0

I have approximately 800+ word documents from which I am attempting to generate a master Table containing all the fields (not an actual word field) in the document.

An example of such documents are shown below:

enter image description here enter image description here

From this the desired table would be something like this:

enter image description here

Once I have this I can tidy it up in Power query and pivot.

Most importantly for my use case here, I need to know all the variations of Header Names which can occur. That being said, Knowing how to extract the complete table from word docs in batch to excel would be helpful in the future.
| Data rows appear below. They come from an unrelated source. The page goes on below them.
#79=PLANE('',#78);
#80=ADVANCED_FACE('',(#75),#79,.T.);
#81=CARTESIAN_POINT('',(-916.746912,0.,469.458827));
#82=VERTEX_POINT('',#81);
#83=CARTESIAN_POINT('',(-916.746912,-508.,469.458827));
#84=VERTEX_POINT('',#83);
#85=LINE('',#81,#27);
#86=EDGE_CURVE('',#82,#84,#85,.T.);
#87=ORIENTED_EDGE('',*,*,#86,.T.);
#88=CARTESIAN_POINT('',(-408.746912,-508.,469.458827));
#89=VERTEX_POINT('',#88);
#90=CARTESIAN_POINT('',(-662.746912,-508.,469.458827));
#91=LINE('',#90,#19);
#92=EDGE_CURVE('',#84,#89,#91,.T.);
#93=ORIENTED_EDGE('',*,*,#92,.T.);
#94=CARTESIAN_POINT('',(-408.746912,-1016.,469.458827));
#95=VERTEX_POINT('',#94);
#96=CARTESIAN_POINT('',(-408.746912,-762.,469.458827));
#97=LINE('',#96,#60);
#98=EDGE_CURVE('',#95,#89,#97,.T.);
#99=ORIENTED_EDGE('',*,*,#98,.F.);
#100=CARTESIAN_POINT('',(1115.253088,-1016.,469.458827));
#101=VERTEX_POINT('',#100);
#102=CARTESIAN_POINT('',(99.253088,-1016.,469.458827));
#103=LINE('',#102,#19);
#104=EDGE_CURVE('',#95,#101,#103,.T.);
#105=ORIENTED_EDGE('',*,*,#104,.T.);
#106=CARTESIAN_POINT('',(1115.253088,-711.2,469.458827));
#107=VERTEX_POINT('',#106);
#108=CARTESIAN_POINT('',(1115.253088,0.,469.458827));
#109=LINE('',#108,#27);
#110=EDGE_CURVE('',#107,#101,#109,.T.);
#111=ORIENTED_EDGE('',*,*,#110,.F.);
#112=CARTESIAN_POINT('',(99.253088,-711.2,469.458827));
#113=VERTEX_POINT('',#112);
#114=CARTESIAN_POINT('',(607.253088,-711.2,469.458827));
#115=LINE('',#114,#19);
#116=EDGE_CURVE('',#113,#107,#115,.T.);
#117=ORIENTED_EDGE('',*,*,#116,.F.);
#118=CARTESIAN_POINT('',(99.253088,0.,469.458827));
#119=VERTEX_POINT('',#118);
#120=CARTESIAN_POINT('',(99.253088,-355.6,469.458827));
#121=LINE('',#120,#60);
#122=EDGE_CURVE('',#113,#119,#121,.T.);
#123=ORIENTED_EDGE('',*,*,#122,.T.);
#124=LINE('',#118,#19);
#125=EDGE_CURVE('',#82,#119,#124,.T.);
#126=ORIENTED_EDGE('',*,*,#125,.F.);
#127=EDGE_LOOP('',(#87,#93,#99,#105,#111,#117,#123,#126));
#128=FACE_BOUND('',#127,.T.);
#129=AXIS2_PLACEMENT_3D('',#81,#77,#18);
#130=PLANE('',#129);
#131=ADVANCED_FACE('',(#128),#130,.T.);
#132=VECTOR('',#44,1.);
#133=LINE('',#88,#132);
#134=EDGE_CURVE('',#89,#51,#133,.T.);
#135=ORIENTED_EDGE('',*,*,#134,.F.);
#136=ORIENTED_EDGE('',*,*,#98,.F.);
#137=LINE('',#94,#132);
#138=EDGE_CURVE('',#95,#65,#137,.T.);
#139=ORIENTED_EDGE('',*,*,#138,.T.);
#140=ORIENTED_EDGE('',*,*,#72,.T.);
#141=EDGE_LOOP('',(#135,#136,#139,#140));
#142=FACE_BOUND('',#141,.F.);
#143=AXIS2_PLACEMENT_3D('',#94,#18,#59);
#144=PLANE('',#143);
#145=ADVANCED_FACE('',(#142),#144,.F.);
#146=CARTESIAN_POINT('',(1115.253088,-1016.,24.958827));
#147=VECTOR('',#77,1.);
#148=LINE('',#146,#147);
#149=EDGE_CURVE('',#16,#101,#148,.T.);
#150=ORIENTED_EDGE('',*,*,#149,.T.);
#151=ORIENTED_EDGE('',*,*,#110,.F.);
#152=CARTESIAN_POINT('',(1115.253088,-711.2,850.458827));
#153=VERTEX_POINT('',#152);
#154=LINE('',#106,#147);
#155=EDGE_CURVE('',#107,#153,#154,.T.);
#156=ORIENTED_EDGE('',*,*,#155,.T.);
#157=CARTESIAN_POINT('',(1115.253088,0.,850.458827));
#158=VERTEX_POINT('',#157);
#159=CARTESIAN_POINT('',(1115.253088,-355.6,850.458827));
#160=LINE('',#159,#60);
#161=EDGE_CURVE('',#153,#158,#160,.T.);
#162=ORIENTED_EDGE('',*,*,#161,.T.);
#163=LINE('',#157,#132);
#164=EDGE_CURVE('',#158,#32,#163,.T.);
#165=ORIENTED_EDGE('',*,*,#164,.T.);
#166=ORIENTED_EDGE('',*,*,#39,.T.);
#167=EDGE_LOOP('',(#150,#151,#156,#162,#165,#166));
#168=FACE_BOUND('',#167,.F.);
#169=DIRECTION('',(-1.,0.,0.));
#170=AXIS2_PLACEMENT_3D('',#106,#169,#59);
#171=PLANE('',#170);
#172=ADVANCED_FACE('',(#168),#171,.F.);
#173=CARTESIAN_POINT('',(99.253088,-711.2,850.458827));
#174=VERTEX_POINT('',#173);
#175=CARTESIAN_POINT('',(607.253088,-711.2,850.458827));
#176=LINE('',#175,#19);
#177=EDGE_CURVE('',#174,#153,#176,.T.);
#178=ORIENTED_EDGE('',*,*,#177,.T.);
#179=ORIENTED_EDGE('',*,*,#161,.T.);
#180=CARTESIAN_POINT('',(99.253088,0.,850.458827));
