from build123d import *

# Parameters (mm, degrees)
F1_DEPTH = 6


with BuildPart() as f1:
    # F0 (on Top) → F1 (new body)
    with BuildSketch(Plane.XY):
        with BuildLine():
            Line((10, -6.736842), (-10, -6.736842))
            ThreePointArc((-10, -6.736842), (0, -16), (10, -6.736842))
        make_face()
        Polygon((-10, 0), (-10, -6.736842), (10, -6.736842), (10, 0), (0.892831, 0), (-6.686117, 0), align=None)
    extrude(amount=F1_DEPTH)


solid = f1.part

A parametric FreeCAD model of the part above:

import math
import FreeCAD as App
import Part
import Sketcher
Q = App.Units.Quantity

doc = App.newDocument("Part")
body = doc.addObject("PartDesign::Body", "Body")

# Sketch on XY plane
sketch1 = body.newObject("Sketcher::SketchObject", "Sketch")
sketch1.AttachmentSupport = (doc.getObject("XY_Plane"), [""])
sketch1.MapMode = "FlatFace"
sketch1.addGeometry(Part.ArcOfCircle(Part.Circle(App.Vector(0, -6, 0), App.Vector(0, 0, 1), 10), math.radians(-176), math.radians(-4)), False)
sketch1.addGeometry(Part.LineSegment(App.Vector(10, -7, 0), App.Vector(10, 0, 0)), False)
sketch1.addGeometry(Part.LineSegment(App.Vector(10, 0, 0), App.Vector(-10, 0, 0)), False)
sketch1.addGeometry(Part.LineSegment(App.Vector(-10, 0, 0), App.Vector(-10, -7, 0)), False)
sketch1.addConstraint(Sketcher.Constraint("Coincident", 0, 2, 1, 1))
sketch1.addConstraint(Sketcher.Constraint("Coincident", 1, 2, 2, 1))
sketch1.addConstraint(Sketcher.Constraint("Coincident", 2, 2, 3, 1))
sketch1.addConstraint(Sketcher.Constraint("Coincident", 3, 2, 0, 1))
sketch1.addConstraint(Sketcher.Constraint("Vertical", 1))
sketch1.addConstraint(Sketcher.Constraint("Horizontal", 2))
sketch1.addConstraint(Sketcher.Constraint("Vertical", 3))
sketch1.addConstraint(Sketcher.Constraint("Symmetric", 1, 2, 2, 2, -1, 1))
sketch1.addConstraint(Sketcher.Constraint("PointOnObject", 0, 3, -2))
sketch1.addConstraint(Sketcher.Constraint("DistanceX", 2, 2, 2, 1, Q("20 mm")))
sketch1.addConstraint(Sketcher.Constraint("Radius", 0, Q("10.029306 mm")))
sketch1.addConstraint(Sketcher.Constraint("DistanceY", 1, 1, 1, 2, Q("6.736842 mm")))
pad1 = body.newObject("PartDesign::Pad", "Pad")
pad1.Profile = sketch1
pad1.Length = 6

doc.recompute()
SOLUTION --> Update 3 (See deleted for previous updates): This very messy code starts to iterate over a selected folder location and generates the data but looses some of the formattings of the previous update(Minor issue) This is okay as It solves the major issue.

Sub CopyTables()
    
    Dim oWord As Word.Application
    Dim WordNotOpen As Boolean
    Dim oDoc As Word.Document
    Dim oTbl As Word.Table
    Dim fd As Office.FileDialog
    Dim FilePath As String
    Dim wbk As Workbook
    Dim wsh As Worksheet
    
    Dim diaFolder As FileDialog
    Dim selected As Boolean
    
    Dim strFile As String
    Dim pdfPath As String
    
    Dim oFSO As Object
    Dim oFolder As Object
    Dim oFile As Object
    Dim i As Integer
    Dim n As Long


    'Create New Workbook
    Set wbk = Workbooks.Add(Template:=xlWBATWorksheet)
    

    ' Get Folder location from User
    Set diaFolder = Application.FileDialog(msoFileDialogFolderPicker)
    
    With diaFolder
    diaFolder.AllowMultiSelect = False
    selected = diaFolder.Show
    If selected Then
        FilePath = diaFolder.SelectedItems(1)
        Debug.Print FilePath
        Set diaFolder = Nothing
        Else
        Beep
        
    End If
    End With
    
    On Error Resume Next
    
    Application.ScreenUpdating = False
    
    Set oFSO = CreateObject("Scripting.FileSystemObject")
    Set oFolder = oFSO.GetFolder(FilePath)
    
    'Get the file Names
    
    For Each oFile In oFolder.Files
   
    Debug.Print oFolder.Path
    Debug.Print oFile.Name
    Debug.Print oFolder.Path & "\" & oFile.Name
    
    FilePath = oFolder.Path & "\" & oFile.Name
    
    
    '------------------------------------------------------------------
   
    'Get or start Word
    Set oWord = GetObject(Class:="Word.Application")
    If Err Then
        Set oWord = New Word.Application
        WordNotOpen = True
    End If
   
    'On Error GoTo Err_Handler
   
   '-------------------------------------------------------------------
   
    ' Open document
    Set oDoc = oWord.Documents.Open(FilePath)
    ' Loop through the tables
    
    'Set wsh = wbk.Worksheets.Add(After:=wbk.Worksheets(wbk.Worksheets.Count))
    
    For Each oTbl In oDoc.Tables
        ' Create new sheet
        'Set wsh = wbk.Worksheets.Add(After:=wbk.Worksheets(wbk.Worksheets.Count))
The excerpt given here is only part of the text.